Print all entries precisely as they are written.

:: Material for the task

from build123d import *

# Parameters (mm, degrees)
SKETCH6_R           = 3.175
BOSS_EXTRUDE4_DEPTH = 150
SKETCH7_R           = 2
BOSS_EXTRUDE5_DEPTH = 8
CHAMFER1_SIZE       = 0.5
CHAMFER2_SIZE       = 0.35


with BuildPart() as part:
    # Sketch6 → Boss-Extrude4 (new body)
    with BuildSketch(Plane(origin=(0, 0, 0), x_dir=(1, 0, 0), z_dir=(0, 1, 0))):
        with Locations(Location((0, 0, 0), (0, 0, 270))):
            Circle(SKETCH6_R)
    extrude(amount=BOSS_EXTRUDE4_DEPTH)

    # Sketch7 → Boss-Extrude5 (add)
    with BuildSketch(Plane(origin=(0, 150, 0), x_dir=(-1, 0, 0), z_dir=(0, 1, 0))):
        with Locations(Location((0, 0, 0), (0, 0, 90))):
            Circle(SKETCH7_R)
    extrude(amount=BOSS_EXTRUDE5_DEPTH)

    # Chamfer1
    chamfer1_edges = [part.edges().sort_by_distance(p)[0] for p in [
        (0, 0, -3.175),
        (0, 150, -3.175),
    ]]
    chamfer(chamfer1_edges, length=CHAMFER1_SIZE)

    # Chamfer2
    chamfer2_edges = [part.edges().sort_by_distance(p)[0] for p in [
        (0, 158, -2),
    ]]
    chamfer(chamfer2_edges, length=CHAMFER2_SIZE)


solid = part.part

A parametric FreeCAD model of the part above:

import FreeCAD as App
import Part
import Sketcher

V = App.Vector


def edges_at(feature, points):
    """Names of the edges that pass closest to the given points."""
    edges = feature.Shape.Edges
    near = lambda p: min(range(len(edges)), key=lambda i: edges[i].distToShape(Part.Vertex(*p))[0])
    return sorted({f"Edge{near(p) + 1}" for p in points})

doc = App.newDocument("Part")
body = doc.addObject("PartDesign::Body", "Body")

sketch1 = doc.addObject("Sketcher::SketchObject", "Sketch")
body.addObject(sketch1)
sketch1.AttachmentSupport = (doc.XZ_Plane, [""])
sketch1.MapMode = "FlatFace"
sketch1.addGeometry(Part.Circle(V(0, 0, 0), V(0, 0, 1), 3.2), False)
sketch1.addConstraint([
    Sketcher.Constraint("Coincident", 0, 3, -1, 1),
    Sketcher.Constraint("Diameter", 0, 6.35),
])
pad1 = doc.addObject("PartDesign::Pad", "Pad")
body.addObject(pad1)
pad1.Profile = sketch1
pad1.Length = 150
pad1.Reversed = True

sketch2 = doc.addObject("Sketcher::SketchObject", "Sketch001")
body.addObject(sketch2)
sketch2.AttachmentSupport = (doc.XZ_Plane, [""])
sketch2.MapMode = "FlatFace"
sketch2.AttachmentOffset = App.Placement(V(0, 0, -150), App.Rotation())
sketch2.addGeometry(Part.Circle(V(0, 0, 0), V(0, 0, 1), 2), False)
sketch2.addConstraint([
    Sketcher.Constraint("Coincident", 0, 3, -1, 1),
    Sketcher.Constraint("Diameter", 0, 4.0),
])
pad2 = doc.addObject("PartDesign::Pad", "Pad001")
body.addObject(pad2)
pad2.Profile = sketch2
pad2.Length = 8
pad2.Reversed = True
doc.recompute()

chamfer = doc.addObject("PartDesign::Chamfer", "Chamfer")
body.addObject(chamfer)
chamfer.Base = (pad2, edges_at(pad2, [(0, 0, -3.175), (0, 150, -3.175)]))
chamfer.Size = 0.5
doc.recompute()

chamfer2 = doc.addObject("PartDesign::Chamfer", "Chamfer001")
body.addObject(chamfer2)
chamfer2.Base = (chamfer, edges_at(chamfer, [(0, 158, -2)]))
chamfer2.Size = 0.35

doc.recompute()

::::

## Your response
from build123d import *

# Parameters (mm, degrees)
SKETCH6_R           = 3.175
BOSS_EXTRUDE4_DEPTH = 150
SKETCH7_R           = 2
BOSS_EXTRUDE5_DEPTH = 8
CHAMFER1_SIZE       = 0.5
CHAMFER2_SIZE       = 0.35


with BuildPart() as part:
    # Sketch6 → Boss-Extrude4 (new body)
    with BuildSketch(Plane(origin=(0, 0, 0), x_dir=(1, 0, 0), z_dir=(0, 1, 0))):
        with Locations(Location((0, 0, 0), (0, 0, 270))):
            Circle(SKETCH6_R)
    extrude(amount=BOSS_EXTRUDE4_DEPTH)

    # Sketch7 → Boss-Extrude5 (add)
    with BuildSketch(Plane(origin=(0, 150, 0), x_dir=(-1, 0, 0), z_dir=(0, 1, 0))):
        with Locations(Location((0, 0, 0), (0, 0, 90))):
            Circle(SKETCH7_R)
    extrude(amount=BOSS_EXTRUDE5_DEPTH)

    # Chamfer1
    chamfer1_edges = [part.edges().sort_by_distance(p)[0] for p in [
        (0, 0, -3.175),
        (0, 150, -3.175),
    ]]
    chamfer(chamfer1_edges, length=CHAMFER1_SIZE)

    # Chamfer2
    chamfer2_edges = [part.edges().sort_by_distance(p)[0] for p in [
        (0, 158, -2),
    ]]
    chamfer(chamfer2_edges, length=CHAMFER2_SIZE)


solid = part.part

A parametric FreeCAD model of the part above:

import FreeCAD as App
import Part
import Sketcher

V = App.Vector


def edges_at(feature, points):
    """Names of the edges that pass closest to the given points."""
    edges = feature.Shape.Edges
    near = lambda p: min(range(len(edges)), key=lambda i: edges[i].distToShape(Part.Vertex(*p))[0])
    return sorted({f"Edge{near(p) + 1}" for p in points})

doc = App.newDocument("Part")
body = doc.addObject("PartDesign::Body", "Body")

sketch1 = doc.addObject("Sketcher::SketchObject", "Sketch")
body.addObject(sketch1)
sketch1.AttachmentSupport = (doc.XZ_Plane, [""])
sketch1.MapMode = "FlatFace"
sketch1.addGeometry(Part.Circle(V(0, 0, 0), V(0, 0, 1), 3.2), False)
sketch1.addConstraint([
    Sketcher.Constraint("Coincident", 0, 3, -1, 1),
    Sketcher.Constraint("Diameter", 0, 6.35),
])
pad1 = doc.addObject("PartDesign::Pad", "Pad")
body.addObject(pad1)
pad1.Profile = sketch1
pad1.Length = 150
pad1.Reversed = True

sketch2 = doc.addObject("Sketcher::SketchObject", "Sketch001")
body.addObject(sketch2)
sketch2.AttachmentSupport = (doc.XZ_Plane, [""])
sketch2.MapMode = "FlatFace"
sketch2.AttachmentOffset = App.Placement(V(0, 0, -150), App.Rotation())
sketch2.addGeometry(Part.Circle(V(0, 0, 0), V(0, 0, 1), 2), False)
sketch2.addConstraint([
    Sketcher.Constraint("Coincident", 0, 3, -1, 1),
    Sketcher.Constraint("Diameter", 0, 4.0),
])
pad2 = doc.addObject("PartDesign::Pad", "Pad001")
body.addObject(pad2)
pad2.Profile = sketch2
pad2.Length = 8
pad2.Reversed = True
doc.recompute()

chamfer = doc.addObject("PartDesign::Chamfer", "Chamfer")
body.addObject(chamfer)
chamfer.Base = (pad2, edges_at(pad2, [(0, 0, -3.175), (0, 150, -3.175)]))
chamfer.Size = 0.5
doc.recompute()

chamfer2 = doc.addObject("PartDesign::Chamfer", "Chamfer001")
body.addObject(chamfer2)
chamfer2.Base = (chamfer, edges_at(chamfer, [(0, 158, -2)]))
chamfer2.Size = 0.35

doc.recompute()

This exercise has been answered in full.